@Scott S.
That's great that you picked up your first rental property! Fortunately, with RE and based on the numerous posts here, you can start later and still do well depending on your situation, doing due diligence, your risk tolerance and strategy. i was a little wary until I asked the original question on this post because it seemed like most of the podcasts were from 20-30 year olds or people that had started in that time frame.
I think I have to agree with your wife as I'd be a little leery about having strangers living in your home after being used to having a home to yourselves after all those years. I tried managing my first 2 properties that I obtained 15 years ago, but then got tired of trying to collect rents and handling the turnover and screening tenants that it wasn't worth my while as I was also working fulltime, so I got property management to do the work.

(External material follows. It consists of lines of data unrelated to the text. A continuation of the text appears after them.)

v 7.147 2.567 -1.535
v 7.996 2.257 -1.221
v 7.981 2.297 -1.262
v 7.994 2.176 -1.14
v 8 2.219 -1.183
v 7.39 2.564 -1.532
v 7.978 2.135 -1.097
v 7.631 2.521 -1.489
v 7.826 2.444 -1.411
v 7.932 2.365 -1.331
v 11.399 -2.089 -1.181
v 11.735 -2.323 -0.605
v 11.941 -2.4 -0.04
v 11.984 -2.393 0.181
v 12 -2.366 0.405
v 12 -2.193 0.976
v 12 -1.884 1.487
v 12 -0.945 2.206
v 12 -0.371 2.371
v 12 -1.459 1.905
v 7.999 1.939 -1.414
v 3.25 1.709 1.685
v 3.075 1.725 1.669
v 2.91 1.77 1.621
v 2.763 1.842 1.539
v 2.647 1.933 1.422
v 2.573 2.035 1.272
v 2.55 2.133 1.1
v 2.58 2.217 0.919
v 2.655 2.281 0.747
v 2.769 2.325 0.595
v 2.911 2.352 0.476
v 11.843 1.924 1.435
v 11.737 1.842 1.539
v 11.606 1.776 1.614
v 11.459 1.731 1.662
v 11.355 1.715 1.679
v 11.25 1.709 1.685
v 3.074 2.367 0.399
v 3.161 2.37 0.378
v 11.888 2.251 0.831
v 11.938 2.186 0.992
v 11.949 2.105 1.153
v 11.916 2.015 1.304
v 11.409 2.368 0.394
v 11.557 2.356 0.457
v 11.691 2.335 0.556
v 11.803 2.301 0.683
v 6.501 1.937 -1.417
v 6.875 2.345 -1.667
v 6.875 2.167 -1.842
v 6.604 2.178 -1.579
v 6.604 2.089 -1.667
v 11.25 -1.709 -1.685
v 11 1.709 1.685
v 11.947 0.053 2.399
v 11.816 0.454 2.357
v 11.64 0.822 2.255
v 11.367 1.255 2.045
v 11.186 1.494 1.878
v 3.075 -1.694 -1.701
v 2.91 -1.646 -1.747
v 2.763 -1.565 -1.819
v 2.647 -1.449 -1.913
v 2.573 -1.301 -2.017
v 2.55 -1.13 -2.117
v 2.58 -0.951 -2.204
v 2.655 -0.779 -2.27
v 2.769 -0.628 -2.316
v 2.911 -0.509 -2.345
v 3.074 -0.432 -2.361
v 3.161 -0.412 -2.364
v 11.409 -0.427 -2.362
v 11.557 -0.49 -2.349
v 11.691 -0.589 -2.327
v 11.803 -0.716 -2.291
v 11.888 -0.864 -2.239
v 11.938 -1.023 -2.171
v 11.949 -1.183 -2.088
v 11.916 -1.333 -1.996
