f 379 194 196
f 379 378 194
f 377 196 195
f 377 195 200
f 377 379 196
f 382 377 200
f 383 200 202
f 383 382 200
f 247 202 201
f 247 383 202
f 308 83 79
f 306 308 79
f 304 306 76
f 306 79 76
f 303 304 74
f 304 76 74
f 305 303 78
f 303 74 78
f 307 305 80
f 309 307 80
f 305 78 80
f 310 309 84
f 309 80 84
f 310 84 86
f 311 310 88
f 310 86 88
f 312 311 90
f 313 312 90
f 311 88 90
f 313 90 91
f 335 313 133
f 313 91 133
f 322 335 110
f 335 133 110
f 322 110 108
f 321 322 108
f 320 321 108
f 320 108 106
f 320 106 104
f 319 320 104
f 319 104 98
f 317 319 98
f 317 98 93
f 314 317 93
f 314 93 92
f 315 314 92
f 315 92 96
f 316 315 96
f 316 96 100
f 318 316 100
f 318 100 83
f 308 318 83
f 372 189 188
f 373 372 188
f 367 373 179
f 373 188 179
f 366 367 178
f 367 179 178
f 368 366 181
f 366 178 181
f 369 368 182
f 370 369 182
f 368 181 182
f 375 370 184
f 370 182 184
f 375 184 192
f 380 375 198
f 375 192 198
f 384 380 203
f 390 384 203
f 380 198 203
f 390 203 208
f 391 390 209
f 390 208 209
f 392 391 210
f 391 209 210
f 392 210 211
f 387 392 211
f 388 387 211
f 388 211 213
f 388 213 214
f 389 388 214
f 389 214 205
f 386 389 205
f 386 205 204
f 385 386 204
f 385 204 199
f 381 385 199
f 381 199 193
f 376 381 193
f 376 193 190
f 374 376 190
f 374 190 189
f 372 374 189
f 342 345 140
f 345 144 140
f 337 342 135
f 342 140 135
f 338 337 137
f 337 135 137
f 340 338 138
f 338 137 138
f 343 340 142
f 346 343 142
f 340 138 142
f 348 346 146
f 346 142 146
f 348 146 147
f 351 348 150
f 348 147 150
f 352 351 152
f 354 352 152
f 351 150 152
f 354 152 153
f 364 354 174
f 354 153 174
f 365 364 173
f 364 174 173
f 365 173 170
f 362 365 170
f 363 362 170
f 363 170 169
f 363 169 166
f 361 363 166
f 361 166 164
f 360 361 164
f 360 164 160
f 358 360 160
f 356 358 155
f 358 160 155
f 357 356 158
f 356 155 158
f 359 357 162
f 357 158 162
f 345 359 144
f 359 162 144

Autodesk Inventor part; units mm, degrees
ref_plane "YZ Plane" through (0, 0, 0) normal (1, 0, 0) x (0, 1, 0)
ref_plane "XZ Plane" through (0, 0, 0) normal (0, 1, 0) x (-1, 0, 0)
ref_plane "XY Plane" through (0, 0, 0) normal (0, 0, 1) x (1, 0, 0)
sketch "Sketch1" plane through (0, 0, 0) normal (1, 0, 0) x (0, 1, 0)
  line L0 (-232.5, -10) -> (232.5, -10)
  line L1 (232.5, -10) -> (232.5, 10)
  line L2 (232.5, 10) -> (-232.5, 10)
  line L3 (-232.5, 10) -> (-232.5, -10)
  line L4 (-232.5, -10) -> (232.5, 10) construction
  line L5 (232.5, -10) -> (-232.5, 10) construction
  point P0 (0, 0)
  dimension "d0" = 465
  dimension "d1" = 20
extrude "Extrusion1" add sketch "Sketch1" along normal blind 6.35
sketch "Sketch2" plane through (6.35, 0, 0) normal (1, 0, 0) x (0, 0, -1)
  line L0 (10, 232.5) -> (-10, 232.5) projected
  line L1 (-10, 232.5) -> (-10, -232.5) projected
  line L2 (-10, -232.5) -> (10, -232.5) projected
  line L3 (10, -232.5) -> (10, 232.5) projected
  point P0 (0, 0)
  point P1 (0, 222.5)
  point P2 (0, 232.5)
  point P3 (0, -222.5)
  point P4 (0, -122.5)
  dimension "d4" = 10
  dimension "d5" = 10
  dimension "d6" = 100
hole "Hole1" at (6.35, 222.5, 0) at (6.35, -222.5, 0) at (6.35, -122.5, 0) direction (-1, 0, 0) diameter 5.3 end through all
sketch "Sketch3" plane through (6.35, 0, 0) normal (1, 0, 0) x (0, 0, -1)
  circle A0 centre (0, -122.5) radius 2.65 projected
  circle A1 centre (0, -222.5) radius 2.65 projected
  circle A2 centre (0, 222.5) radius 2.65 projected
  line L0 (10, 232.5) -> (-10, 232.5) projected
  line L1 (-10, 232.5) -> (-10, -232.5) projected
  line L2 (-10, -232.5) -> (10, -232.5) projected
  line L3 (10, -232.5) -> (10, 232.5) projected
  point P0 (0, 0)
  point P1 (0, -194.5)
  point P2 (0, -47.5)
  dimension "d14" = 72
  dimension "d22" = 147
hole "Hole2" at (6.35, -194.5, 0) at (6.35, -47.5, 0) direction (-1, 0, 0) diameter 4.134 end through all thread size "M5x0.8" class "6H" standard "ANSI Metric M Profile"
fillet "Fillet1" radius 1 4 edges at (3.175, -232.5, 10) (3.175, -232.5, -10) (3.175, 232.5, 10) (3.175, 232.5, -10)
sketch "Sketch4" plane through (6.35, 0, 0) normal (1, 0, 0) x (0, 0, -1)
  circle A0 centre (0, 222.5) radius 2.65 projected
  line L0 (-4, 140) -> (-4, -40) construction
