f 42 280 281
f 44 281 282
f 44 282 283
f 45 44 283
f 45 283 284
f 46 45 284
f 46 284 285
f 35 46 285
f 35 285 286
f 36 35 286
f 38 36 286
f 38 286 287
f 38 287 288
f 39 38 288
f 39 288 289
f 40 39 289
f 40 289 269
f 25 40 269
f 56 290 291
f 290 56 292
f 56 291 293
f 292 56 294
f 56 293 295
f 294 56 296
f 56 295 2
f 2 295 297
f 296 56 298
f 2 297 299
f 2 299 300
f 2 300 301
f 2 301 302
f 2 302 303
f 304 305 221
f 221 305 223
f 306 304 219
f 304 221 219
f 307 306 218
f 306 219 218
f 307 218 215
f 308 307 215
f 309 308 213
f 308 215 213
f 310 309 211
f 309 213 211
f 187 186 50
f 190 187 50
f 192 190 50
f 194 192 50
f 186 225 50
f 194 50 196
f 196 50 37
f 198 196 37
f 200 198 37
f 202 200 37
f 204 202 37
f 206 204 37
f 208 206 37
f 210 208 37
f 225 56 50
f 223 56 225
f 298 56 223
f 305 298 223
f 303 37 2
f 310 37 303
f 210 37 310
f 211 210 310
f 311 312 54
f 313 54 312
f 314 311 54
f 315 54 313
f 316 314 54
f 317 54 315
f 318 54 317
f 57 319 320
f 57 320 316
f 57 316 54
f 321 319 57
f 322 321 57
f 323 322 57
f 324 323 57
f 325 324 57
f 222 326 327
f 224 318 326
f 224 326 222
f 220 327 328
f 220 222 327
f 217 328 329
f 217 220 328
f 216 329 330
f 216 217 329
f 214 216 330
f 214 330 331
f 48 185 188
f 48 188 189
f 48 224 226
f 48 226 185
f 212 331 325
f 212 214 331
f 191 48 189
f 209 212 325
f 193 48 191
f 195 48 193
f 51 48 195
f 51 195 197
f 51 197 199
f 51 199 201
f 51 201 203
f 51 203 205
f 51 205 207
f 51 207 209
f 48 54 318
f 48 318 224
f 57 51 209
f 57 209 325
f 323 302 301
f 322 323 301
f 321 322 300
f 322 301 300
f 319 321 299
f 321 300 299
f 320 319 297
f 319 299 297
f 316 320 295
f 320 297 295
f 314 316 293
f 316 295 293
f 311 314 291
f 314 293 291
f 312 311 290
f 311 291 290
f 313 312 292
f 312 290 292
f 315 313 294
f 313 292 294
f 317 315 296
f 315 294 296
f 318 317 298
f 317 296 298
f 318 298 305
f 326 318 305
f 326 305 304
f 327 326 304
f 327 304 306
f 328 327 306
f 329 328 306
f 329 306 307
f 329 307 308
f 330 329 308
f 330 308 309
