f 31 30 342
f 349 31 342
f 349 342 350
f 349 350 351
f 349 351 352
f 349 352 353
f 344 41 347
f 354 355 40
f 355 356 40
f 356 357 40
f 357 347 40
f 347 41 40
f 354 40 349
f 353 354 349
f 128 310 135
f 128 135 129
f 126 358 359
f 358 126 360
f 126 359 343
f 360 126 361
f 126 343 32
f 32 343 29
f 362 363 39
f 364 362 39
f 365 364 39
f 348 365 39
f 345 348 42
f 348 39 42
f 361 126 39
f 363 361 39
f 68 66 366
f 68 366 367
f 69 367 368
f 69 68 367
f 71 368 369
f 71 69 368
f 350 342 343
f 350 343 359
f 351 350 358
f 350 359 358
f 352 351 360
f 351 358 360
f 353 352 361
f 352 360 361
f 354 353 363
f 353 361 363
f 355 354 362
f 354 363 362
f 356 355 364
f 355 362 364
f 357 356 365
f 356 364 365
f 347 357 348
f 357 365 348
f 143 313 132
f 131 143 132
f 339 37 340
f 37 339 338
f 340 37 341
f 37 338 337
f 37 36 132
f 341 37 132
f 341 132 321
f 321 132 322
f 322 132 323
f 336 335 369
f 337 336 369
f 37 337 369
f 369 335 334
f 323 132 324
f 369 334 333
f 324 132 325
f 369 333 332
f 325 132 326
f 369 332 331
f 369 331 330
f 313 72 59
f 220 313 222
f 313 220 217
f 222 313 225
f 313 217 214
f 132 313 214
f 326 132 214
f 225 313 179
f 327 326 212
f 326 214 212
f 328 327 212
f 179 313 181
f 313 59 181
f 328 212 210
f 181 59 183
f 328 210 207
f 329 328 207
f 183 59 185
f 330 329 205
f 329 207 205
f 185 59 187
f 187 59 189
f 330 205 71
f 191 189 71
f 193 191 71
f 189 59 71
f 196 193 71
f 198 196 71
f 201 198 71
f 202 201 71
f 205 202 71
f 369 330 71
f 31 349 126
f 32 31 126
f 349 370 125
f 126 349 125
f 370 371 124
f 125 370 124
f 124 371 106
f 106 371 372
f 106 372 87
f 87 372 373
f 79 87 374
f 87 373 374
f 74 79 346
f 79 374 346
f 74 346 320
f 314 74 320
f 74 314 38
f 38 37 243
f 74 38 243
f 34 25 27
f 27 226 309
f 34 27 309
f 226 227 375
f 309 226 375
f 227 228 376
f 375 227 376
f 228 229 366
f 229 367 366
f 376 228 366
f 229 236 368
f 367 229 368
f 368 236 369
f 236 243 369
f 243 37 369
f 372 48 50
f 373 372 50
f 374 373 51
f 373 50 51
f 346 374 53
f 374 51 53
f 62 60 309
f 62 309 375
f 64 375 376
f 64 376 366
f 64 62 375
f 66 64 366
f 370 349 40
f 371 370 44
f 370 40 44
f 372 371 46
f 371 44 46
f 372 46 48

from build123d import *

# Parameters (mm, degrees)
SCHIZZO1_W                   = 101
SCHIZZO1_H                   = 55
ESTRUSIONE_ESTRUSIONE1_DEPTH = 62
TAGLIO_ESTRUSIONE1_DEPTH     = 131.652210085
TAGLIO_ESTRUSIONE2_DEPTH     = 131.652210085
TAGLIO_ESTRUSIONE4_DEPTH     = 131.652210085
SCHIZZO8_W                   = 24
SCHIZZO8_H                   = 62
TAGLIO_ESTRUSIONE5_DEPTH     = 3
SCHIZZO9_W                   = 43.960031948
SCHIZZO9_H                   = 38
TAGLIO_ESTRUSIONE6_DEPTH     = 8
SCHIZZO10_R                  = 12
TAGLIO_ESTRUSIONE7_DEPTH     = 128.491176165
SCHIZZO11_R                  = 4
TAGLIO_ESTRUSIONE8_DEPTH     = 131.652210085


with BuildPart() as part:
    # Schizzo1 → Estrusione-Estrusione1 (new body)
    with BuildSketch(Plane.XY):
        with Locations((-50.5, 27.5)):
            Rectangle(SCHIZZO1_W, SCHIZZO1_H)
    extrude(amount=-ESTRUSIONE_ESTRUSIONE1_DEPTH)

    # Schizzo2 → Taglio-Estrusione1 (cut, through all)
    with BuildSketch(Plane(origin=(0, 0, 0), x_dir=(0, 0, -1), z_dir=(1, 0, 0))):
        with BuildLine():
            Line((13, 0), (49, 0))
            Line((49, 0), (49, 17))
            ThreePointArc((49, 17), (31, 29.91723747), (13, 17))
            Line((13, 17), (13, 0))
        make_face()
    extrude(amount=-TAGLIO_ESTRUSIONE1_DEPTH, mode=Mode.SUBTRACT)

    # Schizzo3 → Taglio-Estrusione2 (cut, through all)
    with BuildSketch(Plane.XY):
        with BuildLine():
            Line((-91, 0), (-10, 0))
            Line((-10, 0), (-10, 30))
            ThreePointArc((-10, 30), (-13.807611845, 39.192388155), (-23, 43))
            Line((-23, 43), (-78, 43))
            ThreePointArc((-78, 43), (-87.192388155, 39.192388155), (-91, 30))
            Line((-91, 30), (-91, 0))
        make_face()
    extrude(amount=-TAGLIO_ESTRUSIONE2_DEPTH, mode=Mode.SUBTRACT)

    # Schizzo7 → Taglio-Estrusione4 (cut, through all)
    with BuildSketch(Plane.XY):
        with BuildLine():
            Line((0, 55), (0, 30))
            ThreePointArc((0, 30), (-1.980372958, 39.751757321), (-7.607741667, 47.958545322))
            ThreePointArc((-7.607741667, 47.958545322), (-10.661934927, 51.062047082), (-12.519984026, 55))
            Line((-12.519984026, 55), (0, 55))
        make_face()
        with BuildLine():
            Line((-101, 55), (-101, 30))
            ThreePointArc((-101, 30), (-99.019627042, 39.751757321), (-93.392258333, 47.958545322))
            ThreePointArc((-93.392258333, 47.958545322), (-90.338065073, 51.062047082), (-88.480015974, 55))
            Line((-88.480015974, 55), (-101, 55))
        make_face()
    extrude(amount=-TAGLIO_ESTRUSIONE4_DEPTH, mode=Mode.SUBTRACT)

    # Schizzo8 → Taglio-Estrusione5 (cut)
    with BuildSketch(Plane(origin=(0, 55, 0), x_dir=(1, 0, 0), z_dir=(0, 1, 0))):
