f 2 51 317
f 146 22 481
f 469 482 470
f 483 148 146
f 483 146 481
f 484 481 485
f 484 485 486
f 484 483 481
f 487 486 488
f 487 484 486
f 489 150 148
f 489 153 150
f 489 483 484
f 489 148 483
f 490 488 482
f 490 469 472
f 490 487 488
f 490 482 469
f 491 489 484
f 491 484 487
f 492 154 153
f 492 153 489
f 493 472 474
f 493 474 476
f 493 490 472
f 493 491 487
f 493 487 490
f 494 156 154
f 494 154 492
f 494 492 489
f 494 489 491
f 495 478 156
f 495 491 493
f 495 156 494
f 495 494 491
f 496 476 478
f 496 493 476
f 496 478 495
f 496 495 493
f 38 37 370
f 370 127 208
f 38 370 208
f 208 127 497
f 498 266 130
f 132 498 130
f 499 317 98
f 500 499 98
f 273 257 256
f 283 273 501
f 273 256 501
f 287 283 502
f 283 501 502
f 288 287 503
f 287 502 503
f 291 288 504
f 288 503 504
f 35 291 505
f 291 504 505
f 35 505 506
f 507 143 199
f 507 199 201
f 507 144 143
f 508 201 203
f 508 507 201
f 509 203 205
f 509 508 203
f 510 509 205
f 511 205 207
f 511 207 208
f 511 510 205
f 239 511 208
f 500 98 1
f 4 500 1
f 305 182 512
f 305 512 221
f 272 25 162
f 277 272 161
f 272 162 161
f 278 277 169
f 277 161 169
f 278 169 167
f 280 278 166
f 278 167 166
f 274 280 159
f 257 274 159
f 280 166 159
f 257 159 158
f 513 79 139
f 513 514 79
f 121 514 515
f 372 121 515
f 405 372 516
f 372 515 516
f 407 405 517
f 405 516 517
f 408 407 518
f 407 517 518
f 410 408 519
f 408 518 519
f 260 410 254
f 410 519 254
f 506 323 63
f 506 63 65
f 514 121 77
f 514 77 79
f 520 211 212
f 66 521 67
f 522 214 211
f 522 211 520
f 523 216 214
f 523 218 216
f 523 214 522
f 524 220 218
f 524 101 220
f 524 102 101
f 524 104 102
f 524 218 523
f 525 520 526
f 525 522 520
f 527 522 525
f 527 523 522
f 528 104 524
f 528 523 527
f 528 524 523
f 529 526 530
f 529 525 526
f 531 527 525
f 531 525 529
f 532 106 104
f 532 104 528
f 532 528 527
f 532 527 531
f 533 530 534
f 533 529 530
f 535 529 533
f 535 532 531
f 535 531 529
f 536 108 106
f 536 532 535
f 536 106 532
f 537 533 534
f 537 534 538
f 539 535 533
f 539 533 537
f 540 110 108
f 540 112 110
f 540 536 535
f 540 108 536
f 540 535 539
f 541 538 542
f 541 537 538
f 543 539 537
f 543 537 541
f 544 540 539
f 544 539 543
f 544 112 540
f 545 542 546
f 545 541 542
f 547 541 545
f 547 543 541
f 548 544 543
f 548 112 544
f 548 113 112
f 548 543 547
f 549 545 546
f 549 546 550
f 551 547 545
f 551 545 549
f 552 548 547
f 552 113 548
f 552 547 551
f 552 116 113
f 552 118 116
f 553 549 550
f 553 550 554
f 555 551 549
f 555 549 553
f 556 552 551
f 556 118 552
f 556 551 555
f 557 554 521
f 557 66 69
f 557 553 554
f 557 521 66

As far as notes and lending in an IRA, I was also thinking of that in that it may limit the possibility of being put in the situation where you run out of funds if you purchased a rental property as a buy and hold and needed extra funds to repair or maintain the property for whatever reason. Maybe I'm thinking of it too simplistically, but my line of thinking is that with purchasing a property in a SDIRA, you would have to ensure you had adequate funds for anything unforeseen since you can only use the funds in the IRA to make repairs or to contribute any funds needed for the rental property. With notes, it seems like you just collect the interest and if there's a default, you confiscate the property as collateral. Anyone have anything to add to this?